### TASK INSTRUCTIONS
Below are the records; restate word for word the lines from the first through the one containing "v 0 10.841 -1.4", and only those.

*** DATA UNDER STUDY ***

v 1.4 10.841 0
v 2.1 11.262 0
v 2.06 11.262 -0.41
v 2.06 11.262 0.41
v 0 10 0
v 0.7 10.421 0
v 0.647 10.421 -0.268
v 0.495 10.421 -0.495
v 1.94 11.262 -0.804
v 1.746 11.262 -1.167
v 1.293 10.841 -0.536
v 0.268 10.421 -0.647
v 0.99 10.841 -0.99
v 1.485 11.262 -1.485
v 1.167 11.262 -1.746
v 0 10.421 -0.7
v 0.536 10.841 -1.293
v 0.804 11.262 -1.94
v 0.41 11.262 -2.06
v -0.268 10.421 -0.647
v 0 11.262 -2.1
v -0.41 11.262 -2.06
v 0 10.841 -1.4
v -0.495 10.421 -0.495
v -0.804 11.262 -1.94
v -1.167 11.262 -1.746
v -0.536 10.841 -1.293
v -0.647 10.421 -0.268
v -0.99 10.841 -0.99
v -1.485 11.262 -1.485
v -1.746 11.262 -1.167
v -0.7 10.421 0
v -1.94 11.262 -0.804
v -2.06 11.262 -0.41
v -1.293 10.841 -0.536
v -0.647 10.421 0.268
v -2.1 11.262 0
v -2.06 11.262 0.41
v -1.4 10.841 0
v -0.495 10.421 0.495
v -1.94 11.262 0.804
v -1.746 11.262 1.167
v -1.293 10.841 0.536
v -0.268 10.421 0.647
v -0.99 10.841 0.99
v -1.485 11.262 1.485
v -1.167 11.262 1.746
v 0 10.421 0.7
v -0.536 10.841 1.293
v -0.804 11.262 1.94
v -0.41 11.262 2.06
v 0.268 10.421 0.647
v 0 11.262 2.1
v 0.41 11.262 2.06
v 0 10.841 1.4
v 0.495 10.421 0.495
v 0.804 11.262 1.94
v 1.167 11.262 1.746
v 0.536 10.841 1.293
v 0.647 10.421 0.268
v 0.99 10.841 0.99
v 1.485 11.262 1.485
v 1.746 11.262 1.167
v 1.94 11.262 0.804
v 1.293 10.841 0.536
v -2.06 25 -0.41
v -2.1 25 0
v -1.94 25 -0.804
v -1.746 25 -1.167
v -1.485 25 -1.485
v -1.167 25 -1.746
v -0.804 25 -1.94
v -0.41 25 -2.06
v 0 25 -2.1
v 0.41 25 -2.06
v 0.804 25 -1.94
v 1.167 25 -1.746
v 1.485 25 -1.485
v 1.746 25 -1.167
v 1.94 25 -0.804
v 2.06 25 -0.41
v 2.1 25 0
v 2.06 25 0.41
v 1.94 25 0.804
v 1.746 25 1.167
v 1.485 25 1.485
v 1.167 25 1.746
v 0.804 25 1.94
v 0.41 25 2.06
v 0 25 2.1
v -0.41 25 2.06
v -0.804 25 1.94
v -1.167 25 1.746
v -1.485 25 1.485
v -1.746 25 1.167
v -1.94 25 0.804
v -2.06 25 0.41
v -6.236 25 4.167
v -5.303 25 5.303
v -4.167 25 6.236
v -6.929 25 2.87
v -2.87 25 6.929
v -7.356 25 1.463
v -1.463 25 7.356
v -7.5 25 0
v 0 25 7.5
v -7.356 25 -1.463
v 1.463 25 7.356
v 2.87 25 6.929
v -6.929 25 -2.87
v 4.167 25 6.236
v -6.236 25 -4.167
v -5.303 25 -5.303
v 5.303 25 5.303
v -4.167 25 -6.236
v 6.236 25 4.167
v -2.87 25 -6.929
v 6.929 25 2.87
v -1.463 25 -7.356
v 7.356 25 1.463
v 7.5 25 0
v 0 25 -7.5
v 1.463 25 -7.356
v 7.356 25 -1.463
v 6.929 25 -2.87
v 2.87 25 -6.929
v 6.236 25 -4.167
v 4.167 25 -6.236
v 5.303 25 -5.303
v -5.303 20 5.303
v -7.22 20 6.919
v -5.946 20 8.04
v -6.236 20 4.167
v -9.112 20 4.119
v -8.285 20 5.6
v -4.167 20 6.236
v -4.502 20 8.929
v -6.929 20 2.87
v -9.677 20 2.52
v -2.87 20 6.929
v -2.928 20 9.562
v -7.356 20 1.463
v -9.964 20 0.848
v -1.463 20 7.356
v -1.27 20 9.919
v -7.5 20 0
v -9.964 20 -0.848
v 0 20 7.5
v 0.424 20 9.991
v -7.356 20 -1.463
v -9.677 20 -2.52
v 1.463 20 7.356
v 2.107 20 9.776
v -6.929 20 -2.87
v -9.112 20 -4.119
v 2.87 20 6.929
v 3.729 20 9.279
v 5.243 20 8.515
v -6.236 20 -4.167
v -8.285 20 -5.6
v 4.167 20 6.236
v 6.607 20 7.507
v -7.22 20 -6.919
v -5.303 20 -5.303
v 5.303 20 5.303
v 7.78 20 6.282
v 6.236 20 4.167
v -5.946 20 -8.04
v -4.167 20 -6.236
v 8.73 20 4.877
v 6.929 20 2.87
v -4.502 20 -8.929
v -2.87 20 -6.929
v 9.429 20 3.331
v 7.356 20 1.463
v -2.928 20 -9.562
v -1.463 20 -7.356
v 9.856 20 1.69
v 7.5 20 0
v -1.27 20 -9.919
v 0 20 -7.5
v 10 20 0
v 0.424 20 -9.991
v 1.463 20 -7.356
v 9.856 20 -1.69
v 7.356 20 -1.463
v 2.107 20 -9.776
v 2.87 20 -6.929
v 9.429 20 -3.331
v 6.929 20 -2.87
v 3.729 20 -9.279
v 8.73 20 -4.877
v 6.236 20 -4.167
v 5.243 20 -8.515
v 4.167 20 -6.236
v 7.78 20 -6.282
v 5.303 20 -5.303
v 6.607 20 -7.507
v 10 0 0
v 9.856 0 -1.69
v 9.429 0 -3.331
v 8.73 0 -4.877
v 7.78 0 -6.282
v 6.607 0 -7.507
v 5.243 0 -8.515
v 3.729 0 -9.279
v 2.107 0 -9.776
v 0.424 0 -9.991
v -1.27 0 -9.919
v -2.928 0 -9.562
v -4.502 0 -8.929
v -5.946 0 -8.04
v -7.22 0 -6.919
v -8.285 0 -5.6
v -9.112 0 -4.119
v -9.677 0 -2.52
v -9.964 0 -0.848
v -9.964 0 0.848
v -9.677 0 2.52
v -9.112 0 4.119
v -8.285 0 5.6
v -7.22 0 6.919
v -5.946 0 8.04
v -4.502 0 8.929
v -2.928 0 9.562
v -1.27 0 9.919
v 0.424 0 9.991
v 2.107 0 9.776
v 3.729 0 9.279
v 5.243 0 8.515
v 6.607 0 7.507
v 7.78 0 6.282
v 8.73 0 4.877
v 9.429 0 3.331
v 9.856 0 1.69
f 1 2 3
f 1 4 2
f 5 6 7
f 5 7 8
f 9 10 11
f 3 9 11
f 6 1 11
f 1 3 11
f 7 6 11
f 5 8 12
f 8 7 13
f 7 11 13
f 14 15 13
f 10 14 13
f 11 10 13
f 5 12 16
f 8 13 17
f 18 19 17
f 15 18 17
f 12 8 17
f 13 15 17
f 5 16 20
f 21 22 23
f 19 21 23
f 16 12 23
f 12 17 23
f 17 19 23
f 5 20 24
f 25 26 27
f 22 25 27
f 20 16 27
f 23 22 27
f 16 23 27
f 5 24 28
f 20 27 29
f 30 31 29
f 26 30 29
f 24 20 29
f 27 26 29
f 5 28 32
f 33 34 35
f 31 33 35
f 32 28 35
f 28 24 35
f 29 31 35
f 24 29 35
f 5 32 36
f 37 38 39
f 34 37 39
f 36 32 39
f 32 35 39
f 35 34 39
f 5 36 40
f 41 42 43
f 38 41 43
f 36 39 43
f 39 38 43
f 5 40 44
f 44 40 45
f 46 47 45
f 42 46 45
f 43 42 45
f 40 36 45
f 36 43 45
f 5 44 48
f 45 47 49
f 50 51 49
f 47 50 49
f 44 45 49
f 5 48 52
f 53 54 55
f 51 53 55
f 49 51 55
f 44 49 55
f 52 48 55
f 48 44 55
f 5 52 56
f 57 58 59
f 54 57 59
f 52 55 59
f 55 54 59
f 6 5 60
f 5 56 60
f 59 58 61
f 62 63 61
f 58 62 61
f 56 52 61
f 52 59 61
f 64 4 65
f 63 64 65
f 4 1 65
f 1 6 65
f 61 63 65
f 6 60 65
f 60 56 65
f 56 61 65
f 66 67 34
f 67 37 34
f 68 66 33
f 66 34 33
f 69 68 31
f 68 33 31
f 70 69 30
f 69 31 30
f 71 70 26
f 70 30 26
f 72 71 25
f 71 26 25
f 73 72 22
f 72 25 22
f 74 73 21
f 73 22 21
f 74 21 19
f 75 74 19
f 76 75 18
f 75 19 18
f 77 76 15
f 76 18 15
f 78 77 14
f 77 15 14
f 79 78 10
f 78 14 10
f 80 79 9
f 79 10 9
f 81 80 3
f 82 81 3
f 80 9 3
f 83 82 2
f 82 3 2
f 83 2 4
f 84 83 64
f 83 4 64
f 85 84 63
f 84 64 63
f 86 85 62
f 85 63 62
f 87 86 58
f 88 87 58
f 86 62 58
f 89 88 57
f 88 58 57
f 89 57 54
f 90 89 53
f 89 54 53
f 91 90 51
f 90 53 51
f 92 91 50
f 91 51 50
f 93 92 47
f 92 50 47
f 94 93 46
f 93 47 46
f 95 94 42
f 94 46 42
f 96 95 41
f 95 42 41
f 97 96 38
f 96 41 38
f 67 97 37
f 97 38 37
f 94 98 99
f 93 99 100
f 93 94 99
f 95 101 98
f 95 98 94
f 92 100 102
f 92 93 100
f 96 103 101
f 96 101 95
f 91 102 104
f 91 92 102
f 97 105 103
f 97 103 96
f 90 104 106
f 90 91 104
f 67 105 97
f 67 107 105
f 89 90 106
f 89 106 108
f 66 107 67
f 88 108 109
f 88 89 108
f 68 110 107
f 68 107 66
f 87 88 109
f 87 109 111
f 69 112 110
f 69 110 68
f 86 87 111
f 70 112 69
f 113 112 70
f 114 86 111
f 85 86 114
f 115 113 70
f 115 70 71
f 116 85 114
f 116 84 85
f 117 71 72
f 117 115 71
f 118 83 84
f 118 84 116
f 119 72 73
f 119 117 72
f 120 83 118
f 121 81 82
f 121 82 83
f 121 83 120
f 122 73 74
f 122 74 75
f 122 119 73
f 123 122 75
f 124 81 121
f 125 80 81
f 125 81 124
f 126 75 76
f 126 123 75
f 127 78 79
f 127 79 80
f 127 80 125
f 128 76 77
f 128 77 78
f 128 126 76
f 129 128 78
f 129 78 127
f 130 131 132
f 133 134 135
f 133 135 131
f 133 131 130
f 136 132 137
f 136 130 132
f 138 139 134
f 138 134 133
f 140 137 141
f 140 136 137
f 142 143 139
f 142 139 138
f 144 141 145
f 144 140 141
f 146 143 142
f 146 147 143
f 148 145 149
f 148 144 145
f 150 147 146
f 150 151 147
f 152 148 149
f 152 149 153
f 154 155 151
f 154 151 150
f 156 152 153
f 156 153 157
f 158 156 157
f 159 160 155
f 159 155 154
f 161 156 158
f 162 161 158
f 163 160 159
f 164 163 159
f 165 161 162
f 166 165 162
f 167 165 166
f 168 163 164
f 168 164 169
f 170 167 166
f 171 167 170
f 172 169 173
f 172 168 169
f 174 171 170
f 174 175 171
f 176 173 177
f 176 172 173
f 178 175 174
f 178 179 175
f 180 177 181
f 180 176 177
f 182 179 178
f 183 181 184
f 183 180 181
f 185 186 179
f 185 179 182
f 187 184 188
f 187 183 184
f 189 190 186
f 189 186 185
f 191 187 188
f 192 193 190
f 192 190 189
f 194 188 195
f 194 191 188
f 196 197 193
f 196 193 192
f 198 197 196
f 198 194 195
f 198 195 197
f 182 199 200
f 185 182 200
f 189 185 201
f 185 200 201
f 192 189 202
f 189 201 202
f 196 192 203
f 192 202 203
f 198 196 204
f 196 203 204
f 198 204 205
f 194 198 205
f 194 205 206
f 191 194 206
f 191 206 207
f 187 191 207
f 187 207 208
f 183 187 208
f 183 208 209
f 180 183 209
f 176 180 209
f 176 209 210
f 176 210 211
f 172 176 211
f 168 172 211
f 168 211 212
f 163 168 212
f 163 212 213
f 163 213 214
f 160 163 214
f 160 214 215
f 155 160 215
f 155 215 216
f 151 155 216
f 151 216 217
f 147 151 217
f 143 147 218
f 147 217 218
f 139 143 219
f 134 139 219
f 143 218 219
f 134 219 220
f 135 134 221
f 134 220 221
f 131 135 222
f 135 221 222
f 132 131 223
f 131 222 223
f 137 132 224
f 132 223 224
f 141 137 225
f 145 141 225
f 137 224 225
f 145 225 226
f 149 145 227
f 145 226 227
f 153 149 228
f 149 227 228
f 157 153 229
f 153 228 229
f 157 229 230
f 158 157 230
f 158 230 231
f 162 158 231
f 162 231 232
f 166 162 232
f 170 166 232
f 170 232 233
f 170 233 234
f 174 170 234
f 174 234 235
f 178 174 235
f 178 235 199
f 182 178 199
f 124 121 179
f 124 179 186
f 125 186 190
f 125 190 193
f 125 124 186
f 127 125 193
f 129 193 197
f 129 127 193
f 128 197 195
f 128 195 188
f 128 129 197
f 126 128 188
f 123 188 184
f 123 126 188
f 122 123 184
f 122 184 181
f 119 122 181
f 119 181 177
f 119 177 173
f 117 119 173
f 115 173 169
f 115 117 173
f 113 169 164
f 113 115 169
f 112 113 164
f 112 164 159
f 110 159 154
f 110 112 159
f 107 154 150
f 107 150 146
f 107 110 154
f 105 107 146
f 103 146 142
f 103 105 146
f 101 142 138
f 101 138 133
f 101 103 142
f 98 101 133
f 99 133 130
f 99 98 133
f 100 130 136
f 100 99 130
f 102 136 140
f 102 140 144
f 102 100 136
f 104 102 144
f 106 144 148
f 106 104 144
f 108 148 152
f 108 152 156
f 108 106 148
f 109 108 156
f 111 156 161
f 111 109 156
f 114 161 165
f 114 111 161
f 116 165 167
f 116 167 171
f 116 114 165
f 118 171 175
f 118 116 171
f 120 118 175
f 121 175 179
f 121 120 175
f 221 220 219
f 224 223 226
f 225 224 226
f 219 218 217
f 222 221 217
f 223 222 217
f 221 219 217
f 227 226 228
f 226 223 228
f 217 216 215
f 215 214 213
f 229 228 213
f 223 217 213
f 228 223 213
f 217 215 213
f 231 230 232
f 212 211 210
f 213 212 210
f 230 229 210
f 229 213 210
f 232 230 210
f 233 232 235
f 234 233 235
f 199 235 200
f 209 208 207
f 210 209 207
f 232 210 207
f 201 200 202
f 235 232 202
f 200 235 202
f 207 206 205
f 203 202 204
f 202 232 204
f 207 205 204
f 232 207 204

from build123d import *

# Parameters (mm, degrees)
SKETCH1_R             = 10
BOSS_EXTRUDE1_DEPTH   = 25
M5_TAPPED_HOLE1_D     = 4.2
M5_TAPPED_HOLE1_DEPTH = 13.7381927
M5_TAPPED_HOLE1_TIP   = 1.2618073
SKETCH18_R            = 10
SKETCH18_R_2          = 7.5
CUT_EXTRUDE1_DEPTH    = 5


with BuildPart() as part:
    # Sketch1 → Boss-Extrude1 (new body)
    with BuildSketch(Plane(origin=(0, 0, 0), x_dir=(1, 0, 0), z_dir=(0, 1, 0))):
        Circle(SKETCH1_R)
    extrude(amount=BOSS_EXTRUDE1_DEPTH)

    # M5 Tapped Hole1
    with Locations(Plane(origin=(0, 25, 0), x_dir=(1, 0, 0), z_dir=(0, 1, 0))):
        with Locations((0, 0)):
            Hole(M5_TAPPED_HOLE1_D / 2, depth=M5_TAPPED_HOLE1_DEPTH)
            with Locations((0, 0, -(M5_TAPPED_HOLE1_DEPTH + M5_TAPPED_HOLE1_TIP / 2))):  # 118° drill point
                Cone(0, M5_TAPPED_HOLE1_D / 2, M5_TAPPED_HOLE1_TIP, mode=Mode.SUBTRACT)

    # Sketch18 → Cut-Extrude1 (cut)
    with BuildSketch(Plane(origin=(0, 25, 0), x_dir=(1, 0, 0), z_dir=(0, 1, 0))):
        Circle(SKETCH18_R)
        Circle(SKETCH18_R_2, mode=Mode.SUBTRACT)
    extrude(amount=-CUT_EXTRUDE1_DEPTH, mode=Mode.SUBTRACT)


solid = part.part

*** End of DATA UNDER STUDY ***

### COMPLETED TASK
v 1.4 10.841 0
v 2.1 11.262 0
v 2.06 11.262 -0.41
v 2.06 11.262 0.41
v 0 10 0
v 0.7 10.421 0
v 0.647 10.421 -0.268
v 0.495 10.421 -0.495
v 1.94 11.262 -0.804
v 1.746 11.262 -1.167
v 1.293 10.841 -0.536
v 0.268 10.421 -0.647
v 0.99 10.841 -0.99
v 1.485 11.262 -1.485
v 1.167 11.262 -1.746
v 0 10.421 -0.7
v 0.536 10.841 -1.293
v 0.804 11.262 -1.94
v 0.41 11.262 -2.06
v -0.268 10.421 -0.647
v 0 11.262 -2.1
v -0.41 11.262 -2.06
v 0 10.841 -1.4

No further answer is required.